The moment they were back in Belarusian territory, Shumari said, they were caught again, pushed to Grodno and made to repeat the journey once more.
“We were like a toy, a football thrown between the two armies,” he said.
Four days in, whatever food and drink he had was gone. Refugees relied on a Belarusian man who sneaked into the area to sell supplies. The man charged 50 euros ($56) for a pack of cigarettes and more than $20 for a can of tuna, said Shumari, who got so thirsty that he filled empty plastic bottles with water from the river to drink.
By the 20th day and after 11 attempts to cross into Poland, Shumari felt perpetually cold, wet and hungry.
He was down to only a few hundred dollars but was willing to “pay anything just to be rid of the Belarusian army.”
He gave $200 to the man bringing supplies to arrange for a car to spirit him back to Minsk, where he learned that the Iraqi government had arranged for a repatriation flight.
He arrived back in Iraq a week ago, along with 429 of his compatriots, most of them from the country’s northern Kurdish regions.
When he landed in Baghdad, Shumari said, “it felt like I had entered Europe. … That’s how bad it was with the Belarusians.”

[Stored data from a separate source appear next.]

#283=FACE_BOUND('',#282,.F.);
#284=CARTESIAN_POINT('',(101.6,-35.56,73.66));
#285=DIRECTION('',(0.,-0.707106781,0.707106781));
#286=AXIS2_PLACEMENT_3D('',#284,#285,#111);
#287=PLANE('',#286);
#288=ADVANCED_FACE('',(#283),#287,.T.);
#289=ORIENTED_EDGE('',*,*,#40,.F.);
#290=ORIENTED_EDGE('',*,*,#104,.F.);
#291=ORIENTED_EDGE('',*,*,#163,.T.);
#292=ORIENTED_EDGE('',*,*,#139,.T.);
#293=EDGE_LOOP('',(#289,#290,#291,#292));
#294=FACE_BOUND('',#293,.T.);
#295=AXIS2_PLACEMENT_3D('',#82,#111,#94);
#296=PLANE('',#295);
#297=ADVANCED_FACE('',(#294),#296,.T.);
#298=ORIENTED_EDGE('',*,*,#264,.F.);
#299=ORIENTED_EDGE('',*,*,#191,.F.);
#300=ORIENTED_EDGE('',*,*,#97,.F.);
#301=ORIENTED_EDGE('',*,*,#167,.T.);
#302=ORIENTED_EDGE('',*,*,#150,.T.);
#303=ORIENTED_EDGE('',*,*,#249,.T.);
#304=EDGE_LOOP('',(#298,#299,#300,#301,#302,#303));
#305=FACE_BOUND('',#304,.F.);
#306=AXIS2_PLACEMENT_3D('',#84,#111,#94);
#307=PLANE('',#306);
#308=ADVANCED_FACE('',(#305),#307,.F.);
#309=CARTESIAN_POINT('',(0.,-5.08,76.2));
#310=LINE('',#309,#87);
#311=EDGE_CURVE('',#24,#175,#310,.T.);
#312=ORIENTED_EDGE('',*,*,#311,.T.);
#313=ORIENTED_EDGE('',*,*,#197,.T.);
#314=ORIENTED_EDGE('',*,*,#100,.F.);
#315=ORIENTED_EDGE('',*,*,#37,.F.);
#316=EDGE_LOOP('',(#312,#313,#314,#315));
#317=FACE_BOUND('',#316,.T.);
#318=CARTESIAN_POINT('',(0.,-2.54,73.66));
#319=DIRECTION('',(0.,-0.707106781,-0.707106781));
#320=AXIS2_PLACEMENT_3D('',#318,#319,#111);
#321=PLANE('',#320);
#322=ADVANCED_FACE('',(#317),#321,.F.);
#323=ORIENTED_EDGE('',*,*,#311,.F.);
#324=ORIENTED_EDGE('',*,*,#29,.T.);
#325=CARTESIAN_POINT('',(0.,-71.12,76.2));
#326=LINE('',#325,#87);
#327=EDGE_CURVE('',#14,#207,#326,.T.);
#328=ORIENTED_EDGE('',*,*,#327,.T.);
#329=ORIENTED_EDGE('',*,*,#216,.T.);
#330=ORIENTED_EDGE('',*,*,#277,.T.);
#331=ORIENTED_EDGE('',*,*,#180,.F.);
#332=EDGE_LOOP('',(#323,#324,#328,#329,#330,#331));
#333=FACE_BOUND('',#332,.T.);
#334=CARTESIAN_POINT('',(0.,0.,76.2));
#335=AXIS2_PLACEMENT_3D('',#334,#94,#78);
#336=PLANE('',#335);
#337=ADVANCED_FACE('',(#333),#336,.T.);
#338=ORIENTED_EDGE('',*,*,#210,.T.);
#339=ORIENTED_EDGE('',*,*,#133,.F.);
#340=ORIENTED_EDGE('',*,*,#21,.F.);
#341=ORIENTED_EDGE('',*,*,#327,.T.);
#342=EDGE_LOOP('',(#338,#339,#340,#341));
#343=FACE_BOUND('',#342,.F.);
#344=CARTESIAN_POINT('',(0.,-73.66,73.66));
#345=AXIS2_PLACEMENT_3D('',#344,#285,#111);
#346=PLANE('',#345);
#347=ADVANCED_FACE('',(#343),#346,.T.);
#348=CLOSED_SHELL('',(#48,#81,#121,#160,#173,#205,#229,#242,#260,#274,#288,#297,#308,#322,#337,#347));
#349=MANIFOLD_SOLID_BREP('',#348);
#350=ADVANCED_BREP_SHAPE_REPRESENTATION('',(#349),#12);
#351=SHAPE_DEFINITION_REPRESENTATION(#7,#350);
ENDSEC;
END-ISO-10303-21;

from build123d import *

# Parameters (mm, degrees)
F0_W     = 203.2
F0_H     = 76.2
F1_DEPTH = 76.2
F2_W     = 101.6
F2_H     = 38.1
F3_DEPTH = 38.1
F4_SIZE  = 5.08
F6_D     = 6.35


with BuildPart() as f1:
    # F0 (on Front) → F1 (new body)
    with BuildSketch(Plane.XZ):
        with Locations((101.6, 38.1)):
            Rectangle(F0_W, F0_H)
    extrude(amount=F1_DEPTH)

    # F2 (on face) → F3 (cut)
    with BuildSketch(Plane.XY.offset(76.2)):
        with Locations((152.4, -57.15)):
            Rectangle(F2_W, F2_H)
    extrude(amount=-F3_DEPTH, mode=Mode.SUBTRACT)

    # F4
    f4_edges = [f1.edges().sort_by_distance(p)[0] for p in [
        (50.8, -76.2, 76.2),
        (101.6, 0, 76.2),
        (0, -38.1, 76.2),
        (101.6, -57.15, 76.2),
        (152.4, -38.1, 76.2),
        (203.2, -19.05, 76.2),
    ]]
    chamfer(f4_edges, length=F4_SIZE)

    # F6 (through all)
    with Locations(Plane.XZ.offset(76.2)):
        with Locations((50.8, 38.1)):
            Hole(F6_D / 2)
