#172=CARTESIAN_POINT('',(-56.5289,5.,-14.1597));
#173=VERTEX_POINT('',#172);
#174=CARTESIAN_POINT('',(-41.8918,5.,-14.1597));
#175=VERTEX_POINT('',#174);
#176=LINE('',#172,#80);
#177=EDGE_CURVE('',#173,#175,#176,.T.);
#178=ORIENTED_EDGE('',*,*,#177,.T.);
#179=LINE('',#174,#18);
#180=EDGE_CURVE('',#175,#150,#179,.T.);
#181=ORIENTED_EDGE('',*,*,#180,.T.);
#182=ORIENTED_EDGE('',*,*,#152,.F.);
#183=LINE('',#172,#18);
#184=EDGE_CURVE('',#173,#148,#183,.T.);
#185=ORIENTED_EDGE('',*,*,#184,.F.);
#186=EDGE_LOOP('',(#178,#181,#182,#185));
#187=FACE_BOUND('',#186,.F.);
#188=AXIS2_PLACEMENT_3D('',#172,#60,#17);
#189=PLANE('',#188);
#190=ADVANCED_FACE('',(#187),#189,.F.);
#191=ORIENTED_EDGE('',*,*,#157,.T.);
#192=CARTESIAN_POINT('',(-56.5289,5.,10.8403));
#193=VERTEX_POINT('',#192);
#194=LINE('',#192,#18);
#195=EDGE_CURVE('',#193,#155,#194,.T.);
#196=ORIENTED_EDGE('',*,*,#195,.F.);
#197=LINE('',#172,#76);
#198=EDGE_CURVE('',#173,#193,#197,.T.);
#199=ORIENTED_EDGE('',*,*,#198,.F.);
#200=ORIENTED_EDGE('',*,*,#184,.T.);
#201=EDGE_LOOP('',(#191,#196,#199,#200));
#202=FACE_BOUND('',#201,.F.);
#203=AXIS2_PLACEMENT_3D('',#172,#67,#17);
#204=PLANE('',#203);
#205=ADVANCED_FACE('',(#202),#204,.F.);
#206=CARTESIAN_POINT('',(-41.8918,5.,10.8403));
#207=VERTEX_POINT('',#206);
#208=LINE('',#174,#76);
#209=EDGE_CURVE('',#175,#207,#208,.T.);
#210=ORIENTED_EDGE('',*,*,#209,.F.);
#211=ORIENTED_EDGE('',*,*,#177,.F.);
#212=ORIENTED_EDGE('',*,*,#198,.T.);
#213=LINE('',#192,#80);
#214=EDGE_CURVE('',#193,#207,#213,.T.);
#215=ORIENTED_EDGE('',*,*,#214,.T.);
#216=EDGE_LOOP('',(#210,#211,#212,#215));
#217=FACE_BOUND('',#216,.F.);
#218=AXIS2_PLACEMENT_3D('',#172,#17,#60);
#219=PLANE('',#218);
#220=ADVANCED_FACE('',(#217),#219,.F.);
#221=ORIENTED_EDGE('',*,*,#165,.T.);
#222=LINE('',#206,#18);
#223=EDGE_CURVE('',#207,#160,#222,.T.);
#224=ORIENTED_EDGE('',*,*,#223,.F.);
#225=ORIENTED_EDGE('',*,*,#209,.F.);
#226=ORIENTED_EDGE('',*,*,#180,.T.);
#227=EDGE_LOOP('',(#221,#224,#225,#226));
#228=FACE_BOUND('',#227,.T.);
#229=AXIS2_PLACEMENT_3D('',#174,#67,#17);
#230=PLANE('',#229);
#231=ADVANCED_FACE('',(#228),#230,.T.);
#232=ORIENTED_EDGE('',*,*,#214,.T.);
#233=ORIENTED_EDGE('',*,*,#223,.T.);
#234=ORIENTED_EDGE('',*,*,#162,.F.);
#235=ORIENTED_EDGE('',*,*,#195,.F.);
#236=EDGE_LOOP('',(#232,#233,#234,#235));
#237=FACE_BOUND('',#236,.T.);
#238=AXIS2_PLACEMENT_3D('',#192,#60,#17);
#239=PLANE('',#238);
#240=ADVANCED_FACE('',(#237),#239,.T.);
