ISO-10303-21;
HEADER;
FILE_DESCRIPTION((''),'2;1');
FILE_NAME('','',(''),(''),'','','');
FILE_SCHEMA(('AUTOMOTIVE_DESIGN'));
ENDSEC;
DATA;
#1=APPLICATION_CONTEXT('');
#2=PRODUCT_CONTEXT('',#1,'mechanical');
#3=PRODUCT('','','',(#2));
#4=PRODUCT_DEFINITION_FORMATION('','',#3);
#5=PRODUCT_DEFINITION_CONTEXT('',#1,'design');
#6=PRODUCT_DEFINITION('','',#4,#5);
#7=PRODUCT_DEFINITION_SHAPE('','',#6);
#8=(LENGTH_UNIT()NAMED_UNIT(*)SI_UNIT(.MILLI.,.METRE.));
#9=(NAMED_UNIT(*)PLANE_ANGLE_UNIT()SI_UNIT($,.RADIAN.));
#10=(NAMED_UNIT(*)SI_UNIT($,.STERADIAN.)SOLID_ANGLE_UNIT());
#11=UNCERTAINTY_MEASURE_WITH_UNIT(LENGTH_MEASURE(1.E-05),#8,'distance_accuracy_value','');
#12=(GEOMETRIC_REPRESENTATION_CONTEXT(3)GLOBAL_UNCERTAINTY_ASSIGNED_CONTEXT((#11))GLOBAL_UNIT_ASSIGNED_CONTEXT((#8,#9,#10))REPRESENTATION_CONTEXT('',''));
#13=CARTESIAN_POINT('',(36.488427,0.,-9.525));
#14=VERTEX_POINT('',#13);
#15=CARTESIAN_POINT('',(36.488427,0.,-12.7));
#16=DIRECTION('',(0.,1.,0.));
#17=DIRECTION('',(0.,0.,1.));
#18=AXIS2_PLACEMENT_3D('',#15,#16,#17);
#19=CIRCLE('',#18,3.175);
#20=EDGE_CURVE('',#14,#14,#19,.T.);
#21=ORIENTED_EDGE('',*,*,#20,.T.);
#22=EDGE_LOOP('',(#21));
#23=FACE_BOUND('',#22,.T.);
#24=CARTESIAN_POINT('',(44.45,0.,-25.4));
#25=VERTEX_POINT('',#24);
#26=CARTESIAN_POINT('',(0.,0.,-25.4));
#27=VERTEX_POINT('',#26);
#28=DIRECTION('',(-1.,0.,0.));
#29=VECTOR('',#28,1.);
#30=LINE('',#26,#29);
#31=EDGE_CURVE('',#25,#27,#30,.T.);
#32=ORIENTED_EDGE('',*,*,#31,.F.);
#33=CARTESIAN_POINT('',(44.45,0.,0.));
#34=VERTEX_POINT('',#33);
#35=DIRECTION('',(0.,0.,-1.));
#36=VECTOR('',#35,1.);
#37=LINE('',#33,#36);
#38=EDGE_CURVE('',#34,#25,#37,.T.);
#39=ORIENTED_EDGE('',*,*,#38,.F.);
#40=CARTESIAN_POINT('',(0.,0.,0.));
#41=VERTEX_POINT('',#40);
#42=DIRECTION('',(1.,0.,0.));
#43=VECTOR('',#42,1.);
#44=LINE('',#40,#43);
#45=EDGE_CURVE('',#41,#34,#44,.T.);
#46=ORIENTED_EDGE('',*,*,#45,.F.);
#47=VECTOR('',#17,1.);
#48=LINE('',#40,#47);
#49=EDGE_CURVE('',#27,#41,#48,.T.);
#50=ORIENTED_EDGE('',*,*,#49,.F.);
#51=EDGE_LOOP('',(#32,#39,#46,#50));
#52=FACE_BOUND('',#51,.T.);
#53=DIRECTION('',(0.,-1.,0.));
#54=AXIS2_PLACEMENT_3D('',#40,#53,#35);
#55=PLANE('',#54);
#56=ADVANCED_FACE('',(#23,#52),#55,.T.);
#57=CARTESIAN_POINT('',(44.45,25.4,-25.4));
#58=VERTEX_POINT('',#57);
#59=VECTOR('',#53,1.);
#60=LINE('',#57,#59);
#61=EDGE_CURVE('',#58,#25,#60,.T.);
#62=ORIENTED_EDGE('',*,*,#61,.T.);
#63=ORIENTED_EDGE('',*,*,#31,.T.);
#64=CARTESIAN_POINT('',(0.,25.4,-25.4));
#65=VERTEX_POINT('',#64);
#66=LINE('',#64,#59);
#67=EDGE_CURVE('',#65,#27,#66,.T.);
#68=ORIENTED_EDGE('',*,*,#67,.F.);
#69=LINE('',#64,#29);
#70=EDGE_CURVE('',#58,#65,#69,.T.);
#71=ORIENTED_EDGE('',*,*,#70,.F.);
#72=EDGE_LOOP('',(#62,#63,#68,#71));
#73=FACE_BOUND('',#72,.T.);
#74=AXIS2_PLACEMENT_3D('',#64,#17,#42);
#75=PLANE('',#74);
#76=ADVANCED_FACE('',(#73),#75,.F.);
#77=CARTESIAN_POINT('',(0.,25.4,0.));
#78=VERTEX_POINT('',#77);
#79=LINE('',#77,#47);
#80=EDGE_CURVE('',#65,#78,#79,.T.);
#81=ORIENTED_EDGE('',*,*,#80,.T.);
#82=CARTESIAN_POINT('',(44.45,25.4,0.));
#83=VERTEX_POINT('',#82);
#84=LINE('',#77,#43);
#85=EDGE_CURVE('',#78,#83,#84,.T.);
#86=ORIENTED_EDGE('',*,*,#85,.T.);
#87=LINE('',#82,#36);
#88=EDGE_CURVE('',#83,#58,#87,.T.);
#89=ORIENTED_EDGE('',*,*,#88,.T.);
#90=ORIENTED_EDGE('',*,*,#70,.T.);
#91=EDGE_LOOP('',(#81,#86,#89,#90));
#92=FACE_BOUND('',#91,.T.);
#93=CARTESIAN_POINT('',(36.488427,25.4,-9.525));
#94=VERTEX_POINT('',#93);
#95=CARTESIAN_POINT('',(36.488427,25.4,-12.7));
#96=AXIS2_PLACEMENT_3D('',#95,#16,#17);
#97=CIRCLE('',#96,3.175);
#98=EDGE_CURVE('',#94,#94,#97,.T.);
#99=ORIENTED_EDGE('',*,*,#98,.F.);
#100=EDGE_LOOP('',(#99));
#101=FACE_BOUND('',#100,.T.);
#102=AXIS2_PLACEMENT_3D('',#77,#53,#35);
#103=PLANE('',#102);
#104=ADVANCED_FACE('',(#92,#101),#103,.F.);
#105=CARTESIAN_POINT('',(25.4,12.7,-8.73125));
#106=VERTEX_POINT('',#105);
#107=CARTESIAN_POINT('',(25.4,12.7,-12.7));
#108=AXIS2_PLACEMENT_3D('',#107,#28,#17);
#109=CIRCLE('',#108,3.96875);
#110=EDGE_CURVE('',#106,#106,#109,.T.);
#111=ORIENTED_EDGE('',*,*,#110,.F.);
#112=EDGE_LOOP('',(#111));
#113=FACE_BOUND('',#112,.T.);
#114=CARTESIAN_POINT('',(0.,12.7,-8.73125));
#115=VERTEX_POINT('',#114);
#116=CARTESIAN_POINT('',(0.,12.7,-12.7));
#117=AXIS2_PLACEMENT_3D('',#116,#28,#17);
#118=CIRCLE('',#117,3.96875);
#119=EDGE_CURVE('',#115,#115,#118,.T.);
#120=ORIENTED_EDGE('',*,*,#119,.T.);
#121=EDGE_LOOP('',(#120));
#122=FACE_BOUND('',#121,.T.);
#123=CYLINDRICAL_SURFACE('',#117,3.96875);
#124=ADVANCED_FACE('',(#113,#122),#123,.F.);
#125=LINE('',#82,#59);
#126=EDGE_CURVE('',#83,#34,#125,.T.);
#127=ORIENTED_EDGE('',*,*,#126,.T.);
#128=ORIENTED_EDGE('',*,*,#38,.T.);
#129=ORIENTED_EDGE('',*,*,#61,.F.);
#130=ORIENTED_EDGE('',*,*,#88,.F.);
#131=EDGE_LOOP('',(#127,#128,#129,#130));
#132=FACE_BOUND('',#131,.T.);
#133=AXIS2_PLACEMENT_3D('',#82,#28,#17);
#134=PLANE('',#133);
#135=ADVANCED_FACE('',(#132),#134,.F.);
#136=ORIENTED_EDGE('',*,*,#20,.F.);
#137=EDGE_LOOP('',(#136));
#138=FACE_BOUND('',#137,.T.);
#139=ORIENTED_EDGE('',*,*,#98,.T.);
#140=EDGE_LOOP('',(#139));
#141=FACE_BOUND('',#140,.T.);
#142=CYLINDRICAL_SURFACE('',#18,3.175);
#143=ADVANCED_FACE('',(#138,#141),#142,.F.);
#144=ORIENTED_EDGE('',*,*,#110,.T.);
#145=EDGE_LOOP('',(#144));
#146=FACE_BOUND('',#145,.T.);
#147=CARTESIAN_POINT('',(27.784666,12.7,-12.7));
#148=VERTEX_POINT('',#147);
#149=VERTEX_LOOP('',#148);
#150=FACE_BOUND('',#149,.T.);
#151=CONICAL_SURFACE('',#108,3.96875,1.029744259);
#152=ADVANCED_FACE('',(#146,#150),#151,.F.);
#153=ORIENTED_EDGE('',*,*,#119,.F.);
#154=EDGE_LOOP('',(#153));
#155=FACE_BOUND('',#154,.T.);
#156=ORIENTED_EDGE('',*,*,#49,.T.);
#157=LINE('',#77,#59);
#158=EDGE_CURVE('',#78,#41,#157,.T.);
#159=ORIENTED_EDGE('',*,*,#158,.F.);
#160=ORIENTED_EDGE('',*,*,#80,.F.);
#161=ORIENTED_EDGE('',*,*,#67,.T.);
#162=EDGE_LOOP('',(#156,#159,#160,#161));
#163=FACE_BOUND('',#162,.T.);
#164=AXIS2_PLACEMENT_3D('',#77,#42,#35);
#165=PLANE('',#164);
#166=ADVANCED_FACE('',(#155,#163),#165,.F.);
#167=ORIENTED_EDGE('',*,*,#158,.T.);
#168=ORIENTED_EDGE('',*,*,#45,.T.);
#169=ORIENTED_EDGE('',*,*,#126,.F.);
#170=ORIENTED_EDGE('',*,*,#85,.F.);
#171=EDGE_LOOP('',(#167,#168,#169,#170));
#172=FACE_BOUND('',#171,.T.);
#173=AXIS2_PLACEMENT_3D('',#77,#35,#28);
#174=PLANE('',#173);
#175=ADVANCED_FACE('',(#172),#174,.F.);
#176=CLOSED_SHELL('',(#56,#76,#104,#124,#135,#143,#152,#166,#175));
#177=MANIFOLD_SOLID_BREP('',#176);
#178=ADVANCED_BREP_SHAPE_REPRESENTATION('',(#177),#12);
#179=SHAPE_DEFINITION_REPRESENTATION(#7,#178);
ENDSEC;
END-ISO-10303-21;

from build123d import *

# Parameters (mm, degrees)
SKETCH1_W                   = 44.45
SKETCH1_H                   = 25.4
BOSS_EXTRUDE1_DEPTH         = 25.4
SKETCH2_R                   = 3.175
CUT_EXTRUDE1_DEPTH          = 58.15
F_3_8_16_TAPPED_HOLE1_D     = 7.9375
F_3_8_16_TAPPED_HOLE1_DEPTH = 25.4
F_3_8_16_TAPPED_HOLE1_TIP   = 2.384665582


with BuildPart() as part:
    # Sketch1 → Boss-Extrude1 (new body)
    with BuildSketch(Plane(origin=(0, 0, 0), x_dir=(1, 0, 0), z_dir=(0, 1, 0))):
        with Locations((22.225, 12.7)):
            Rectangle(SKETCH1_W, SKETCH1_H)
    extrude(amount=BOSS_EXTRUDE1_DEPTH)

    # Sketch2 → Cut-Extrude1 (cut, through all)
    with BuildSketch(Plane(origin=(0, 25.4, 0), x_dir=(1, 0, 0), z_dir=(0, 1, 0))):
        with Locations(Location((36.48842715, 12.7, 0), (0, 0, 270))):
            Circle(SKETCH2_R)
    extrude(amount=-CUT_EXTRUDE1_DEPTH, mode=Mode.SUBTRACT)

    # 3/8-16 Tapped Hole1
    with Locations(Plane.ZY):
        with Locations((-12.7, 12.7)):
            Hole(F_3_8_16_TAPPED_HOLE1_D / 2, depth=F_3_8_16_TAPPED_HOLE1_DEPTH)
            with Locations((0, 0, -(F_3_8_16_TAPPED_HOLE1_DEPTH + F_3_8_16_TAPPED_HOLE1_TIP / 2))):  # 118° drill point
                Cone(0, F_3_8_16_TAPPED_HOLE1_D / 2, F_3_8_16_TAPPED_HOLE1_TIP, mode=Mode.SUBTRACT)


solid = part.part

Yet he’s worse off than before. His uncle persuaded his friend to give Shumari some time to repay the debt. But there’s no job where he could earn that kind of money. The apartment he rented above his uncle’s office is bare, with just a piece of tile to cover the hole where an air-conditioning unit should have been.
Back on the border, even though Belarusian authorities cleared refugee camps last week, the Polish Border Guard said Thursday that migrants were still attempting to enter.
That same day, Iraq’s Foreign Ministry announced it would arrange two additional repatriation flights, according to local news outlet Sumariyah. The Iraqi government also had banned granting visas to Belarus and had stopped all flights to Minsk on the national carrier, Iraqi Airways.
It’s unclear how effective these measures will be. An estimated 4,000 to 8,000 Iraqis attempted the Belarus route in November, according to Iraqi Ministry of Migration officials, and there are many more as desperate as Shumari.
An employee at the same travel agency Shumari used to get to Minsk said that although passage to Belarus was suspended, the company still could provide travel packages — including flights, visa and hotels — to other destinations.
“There are alternatives. We can get you there, but then it’s your job to get to Europe,” the travel agent said. A trip to Moscow would cost less than $2,000, Croatia roughly $8,500. One could also get a one-year visa to France and Italy for $15,000.
“Two months for the visa and then you’re inside,” the agent said.